• **EXERCISE INSTRUCTIONS**
Line by line, please look for the word "this" in the following records, then copy each line you find it in.

• **DATASET CONTENT**
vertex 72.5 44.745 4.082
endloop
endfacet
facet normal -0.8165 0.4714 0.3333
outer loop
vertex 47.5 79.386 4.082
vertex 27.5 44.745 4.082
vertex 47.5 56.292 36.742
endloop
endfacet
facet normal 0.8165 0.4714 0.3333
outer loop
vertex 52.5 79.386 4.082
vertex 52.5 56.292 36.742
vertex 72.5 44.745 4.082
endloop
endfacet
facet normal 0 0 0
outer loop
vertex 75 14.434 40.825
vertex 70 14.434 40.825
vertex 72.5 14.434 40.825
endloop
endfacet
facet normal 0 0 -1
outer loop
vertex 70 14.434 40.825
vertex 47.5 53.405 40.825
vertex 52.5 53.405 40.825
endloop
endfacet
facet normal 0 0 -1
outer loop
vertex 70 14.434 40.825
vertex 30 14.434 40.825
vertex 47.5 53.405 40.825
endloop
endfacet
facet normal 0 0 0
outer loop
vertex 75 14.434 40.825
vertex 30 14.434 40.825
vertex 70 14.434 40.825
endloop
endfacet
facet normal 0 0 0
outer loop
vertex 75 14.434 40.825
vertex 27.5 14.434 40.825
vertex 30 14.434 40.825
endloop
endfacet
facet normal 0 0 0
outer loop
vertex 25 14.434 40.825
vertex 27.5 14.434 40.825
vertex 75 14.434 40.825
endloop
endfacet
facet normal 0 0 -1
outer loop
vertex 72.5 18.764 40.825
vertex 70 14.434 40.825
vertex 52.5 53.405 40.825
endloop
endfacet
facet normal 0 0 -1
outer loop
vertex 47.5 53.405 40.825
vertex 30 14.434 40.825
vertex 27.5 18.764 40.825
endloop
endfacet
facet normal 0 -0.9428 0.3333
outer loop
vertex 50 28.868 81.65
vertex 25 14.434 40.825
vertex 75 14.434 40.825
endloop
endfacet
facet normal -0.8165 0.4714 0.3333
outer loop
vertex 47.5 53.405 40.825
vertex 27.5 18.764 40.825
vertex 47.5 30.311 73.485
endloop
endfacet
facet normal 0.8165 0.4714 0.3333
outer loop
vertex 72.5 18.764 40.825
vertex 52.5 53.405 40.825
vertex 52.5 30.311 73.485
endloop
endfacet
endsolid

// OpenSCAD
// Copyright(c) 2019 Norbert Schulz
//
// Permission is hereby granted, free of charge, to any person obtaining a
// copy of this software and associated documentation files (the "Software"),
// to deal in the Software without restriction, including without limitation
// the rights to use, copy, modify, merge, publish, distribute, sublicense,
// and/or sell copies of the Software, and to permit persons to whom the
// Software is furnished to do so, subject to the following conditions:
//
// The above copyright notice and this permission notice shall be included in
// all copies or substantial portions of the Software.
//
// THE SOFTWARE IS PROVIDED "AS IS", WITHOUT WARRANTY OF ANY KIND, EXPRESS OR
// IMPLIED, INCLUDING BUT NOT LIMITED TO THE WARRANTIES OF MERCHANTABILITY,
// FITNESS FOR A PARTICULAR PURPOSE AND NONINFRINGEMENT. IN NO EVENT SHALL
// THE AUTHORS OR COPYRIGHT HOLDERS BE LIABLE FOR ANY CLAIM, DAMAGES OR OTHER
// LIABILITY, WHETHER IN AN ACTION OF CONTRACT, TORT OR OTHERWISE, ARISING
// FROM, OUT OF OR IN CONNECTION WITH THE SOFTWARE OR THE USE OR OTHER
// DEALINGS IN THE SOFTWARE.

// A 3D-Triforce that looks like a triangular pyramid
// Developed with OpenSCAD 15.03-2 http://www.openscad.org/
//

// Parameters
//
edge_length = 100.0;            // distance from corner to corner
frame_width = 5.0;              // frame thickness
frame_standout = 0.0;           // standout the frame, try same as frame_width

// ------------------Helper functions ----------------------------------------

• **REPLY**
// copy of this software and associated documentation files (the "Software"),
// The above copyright notice and this permission notice shall be included in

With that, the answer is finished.